Kobiety w sytuacji krytycznej

W poniedziałek premiera dramatu psychologicznego „Victoria" opowiadającego o rozpadzie rodziny z powodu zdrady.

Aktualizacja: 11.03.2018 16:40 Publikacja: 11.03.2018 16:17

Maria Pakulnis (Victoria) i Jan Frycz (Arthur).

Maria Pakulnis (Victoria) i Jan Frycz (Arthur).

Foto: TVP

Victoria (Maria Pakulnis) i Arthur (Jan Frycz) są szczęśliwym małżeństwem z prawie 30-letnim stażem. On jest wziętym pisarzem, ona – niegdyś utalentowana poetka – zajmuje się obecnie głównie sprawami męża. Pewnego dnia przychodzi do nich Claudia (Olga Bołądź), by zrobić wywiad z Arthurem. Jest niemal w wieku ich córki Susanny (Michalina Łabacz).

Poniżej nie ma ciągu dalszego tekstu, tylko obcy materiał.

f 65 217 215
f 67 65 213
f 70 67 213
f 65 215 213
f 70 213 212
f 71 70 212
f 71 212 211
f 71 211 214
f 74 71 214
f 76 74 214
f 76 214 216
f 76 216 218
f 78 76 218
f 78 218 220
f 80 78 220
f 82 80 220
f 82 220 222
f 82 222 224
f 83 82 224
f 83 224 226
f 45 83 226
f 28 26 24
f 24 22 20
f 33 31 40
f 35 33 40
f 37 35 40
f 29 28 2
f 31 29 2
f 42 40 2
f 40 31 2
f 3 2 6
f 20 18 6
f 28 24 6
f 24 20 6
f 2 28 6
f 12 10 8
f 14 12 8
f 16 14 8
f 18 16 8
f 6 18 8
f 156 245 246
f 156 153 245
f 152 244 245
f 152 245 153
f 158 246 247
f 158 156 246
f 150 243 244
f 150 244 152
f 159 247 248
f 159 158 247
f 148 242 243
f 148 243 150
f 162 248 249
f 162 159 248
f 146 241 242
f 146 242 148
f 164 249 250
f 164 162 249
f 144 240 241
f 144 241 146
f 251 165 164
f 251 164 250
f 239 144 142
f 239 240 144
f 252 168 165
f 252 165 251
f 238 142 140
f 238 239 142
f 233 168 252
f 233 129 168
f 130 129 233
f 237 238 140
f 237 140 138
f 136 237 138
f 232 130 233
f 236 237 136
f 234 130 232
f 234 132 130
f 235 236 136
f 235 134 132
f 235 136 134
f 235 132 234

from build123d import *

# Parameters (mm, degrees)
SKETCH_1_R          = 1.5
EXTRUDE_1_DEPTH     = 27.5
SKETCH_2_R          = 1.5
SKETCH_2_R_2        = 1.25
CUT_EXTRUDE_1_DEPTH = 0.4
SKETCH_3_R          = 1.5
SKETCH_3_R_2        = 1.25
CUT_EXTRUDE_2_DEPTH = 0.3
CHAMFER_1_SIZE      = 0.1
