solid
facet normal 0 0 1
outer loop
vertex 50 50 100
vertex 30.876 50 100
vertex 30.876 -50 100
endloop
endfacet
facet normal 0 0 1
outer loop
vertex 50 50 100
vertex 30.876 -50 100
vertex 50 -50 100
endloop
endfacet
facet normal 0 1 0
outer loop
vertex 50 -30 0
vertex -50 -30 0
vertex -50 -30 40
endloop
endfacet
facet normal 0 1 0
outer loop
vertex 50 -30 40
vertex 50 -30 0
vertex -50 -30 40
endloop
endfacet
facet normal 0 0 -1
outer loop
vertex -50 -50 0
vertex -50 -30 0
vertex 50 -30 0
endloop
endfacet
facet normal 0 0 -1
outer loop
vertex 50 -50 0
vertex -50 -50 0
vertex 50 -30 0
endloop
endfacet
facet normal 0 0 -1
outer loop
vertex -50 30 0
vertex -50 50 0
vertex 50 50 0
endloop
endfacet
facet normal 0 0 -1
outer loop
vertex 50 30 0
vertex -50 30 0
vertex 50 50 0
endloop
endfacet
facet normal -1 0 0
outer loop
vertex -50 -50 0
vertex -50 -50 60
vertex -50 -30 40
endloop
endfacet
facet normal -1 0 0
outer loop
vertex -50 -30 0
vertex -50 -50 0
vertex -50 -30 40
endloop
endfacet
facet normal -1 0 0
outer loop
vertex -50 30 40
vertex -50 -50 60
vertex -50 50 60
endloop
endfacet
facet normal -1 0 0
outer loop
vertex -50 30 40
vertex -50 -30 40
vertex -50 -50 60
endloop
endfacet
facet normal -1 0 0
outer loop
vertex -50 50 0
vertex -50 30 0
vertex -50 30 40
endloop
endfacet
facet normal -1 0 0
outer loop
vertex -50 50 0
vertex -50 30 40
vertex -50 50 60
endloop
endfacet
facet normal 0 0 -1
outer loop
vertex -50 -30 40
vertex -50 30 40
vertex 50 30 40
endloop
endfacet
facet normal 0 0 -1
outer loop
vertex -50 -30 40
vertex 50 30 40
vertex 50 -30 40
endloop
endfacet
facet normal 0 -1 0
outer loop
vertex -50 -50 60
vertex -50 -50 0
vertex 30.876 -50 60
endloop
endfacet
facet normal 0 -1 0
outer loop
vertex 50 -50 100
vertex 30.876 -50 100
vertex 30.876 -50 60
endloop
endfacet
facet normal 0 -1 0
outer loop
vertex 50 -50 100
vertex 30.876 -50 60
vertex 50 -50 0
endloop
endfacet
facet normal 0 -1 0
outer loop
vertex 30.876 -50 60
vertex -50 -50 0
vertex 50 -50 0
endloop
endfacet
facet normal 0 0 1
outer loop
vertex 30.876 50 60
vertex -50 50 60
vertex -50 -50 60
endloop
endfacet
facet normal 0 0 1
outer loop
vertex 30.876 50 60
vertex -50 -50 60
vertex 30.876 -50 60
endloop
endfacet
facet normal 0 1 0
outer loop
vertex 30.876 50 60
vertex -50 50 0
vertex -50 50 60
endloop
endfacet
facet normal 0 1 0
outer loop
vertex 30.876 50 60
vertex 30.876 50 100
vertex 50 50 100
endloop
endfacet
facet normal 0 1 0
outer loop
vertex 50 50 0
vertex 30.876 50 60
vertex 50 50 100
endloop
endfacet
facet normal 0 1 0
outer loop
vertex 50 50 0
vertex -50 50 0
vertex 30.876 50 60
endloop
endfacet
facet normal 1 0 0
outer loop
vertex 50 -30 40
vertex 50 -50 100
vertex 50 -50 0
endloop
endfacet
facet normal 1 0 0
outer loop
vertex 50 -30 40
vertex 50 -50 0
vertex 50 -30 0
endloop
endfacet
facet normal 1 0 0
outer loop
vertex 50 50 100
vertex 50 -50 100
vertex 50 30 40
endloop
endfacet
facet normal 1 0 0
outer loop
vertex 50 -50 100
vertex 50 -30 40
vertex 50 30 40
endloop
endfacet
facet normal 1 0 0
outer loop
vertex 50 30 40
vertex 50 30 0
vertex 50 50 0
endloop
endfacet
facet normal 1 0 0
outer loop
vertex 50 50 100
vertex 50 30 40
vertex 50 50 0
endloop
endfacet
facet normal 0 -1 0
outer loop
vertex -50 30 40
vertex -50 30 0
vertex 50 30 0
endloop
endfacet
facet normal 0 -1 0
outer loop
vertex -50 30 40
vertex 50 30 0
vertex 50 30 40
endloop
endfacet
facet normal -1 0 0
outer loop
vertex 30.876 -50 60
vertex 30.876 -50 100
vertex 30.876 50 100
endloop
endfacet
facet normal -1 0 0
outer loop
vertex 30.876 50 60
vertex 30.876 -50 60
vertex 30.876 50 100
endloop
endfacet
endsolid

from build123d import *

# Parameters (mm, degrees)
F0_W     = 100
F0_H     = 100
F1_DEPTH = 100
F2_W     = 80.875554
F2_H     = 100
F3_DEPTH = 40
F4_W     = 60
F4_H     = 40
F5_DEPTH = 100.001


with BuildPart() as f1:
    # F0 (on Top) → F1 (new body)
    with BuildSketch(Plane.XY):
        Rectangle(F0_W, F0_H)
    extrude(amount=F1_DEPTH)

    # F2 (on face) → F3 (cut)
    with BuildSketch(Plane.XY.offset(100)):
        with Locations((-9.562223, 0)):
            Rectangle(F2_W, F2_H)
    extrude(amount=-F3_DEPTH, mode=Mode.SUBTRACT)

    # F4 (on face) → F5 (cut, through all)
    with BuildSketch(Plane(origin=(-50, 0, 0), x_dir=(0, -1, 0), z_dir=(-1, 0, 0))):
        with Locations((0, 20)):
            Rectangle(F4_W, F4_H)
    extrude(amount=-F5_DEPTH, mode=Mode.SUBTRACT)


solid = f1.part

„Tam, skąd pochodzę, dziewczyny są wychowywane, żeby być dobrymi żonami i matkami. A jeśli chcesz coś więcej, musisz zawalczyć. Przyjąć twarde reguły gry" – mówi Claudia do Victorii, dodając: „Związek, który polega na wzajemnym wykorzystywaniu, należy do najbardziej trwałych". A ona marzy w dodatku o własnej pisarskiej karierze.

– Wystarcza jej pięć dni, by znalazła wszystkie pęknięcia, niedoskonałości w tej zdawałoby się mocnej strukturze małżeństwa i rodziny – zauważa Ewa Pytka, reżyserka. – Mężczyzna wymyśla sobie nowe życie, „załapuje się" na pociąg do młodości i próbuje zacząć wszystko od nowa. To schemat powielany od setek lat, a zarazem opowieść o czasach, w których żyjemy. Łatwiej dziś zastąpić kogoś „opatrzonego" kimś nowym, niż pracować nad starą relacją. Wspólne jest nam wszystkim poczucie śmiertelności, które dopada i bohatera sztuki. Mężczyzna czuje ostatnią już szansę, by zapomnieć, jak bardzo się starzeje. Kochanka ma być przepustką, dzięki niej ma 20 lat mniej. Wie też, że jest śmieszny, bo sytuację, która jest jego udziałem, widział wcześniej u przyjaciela.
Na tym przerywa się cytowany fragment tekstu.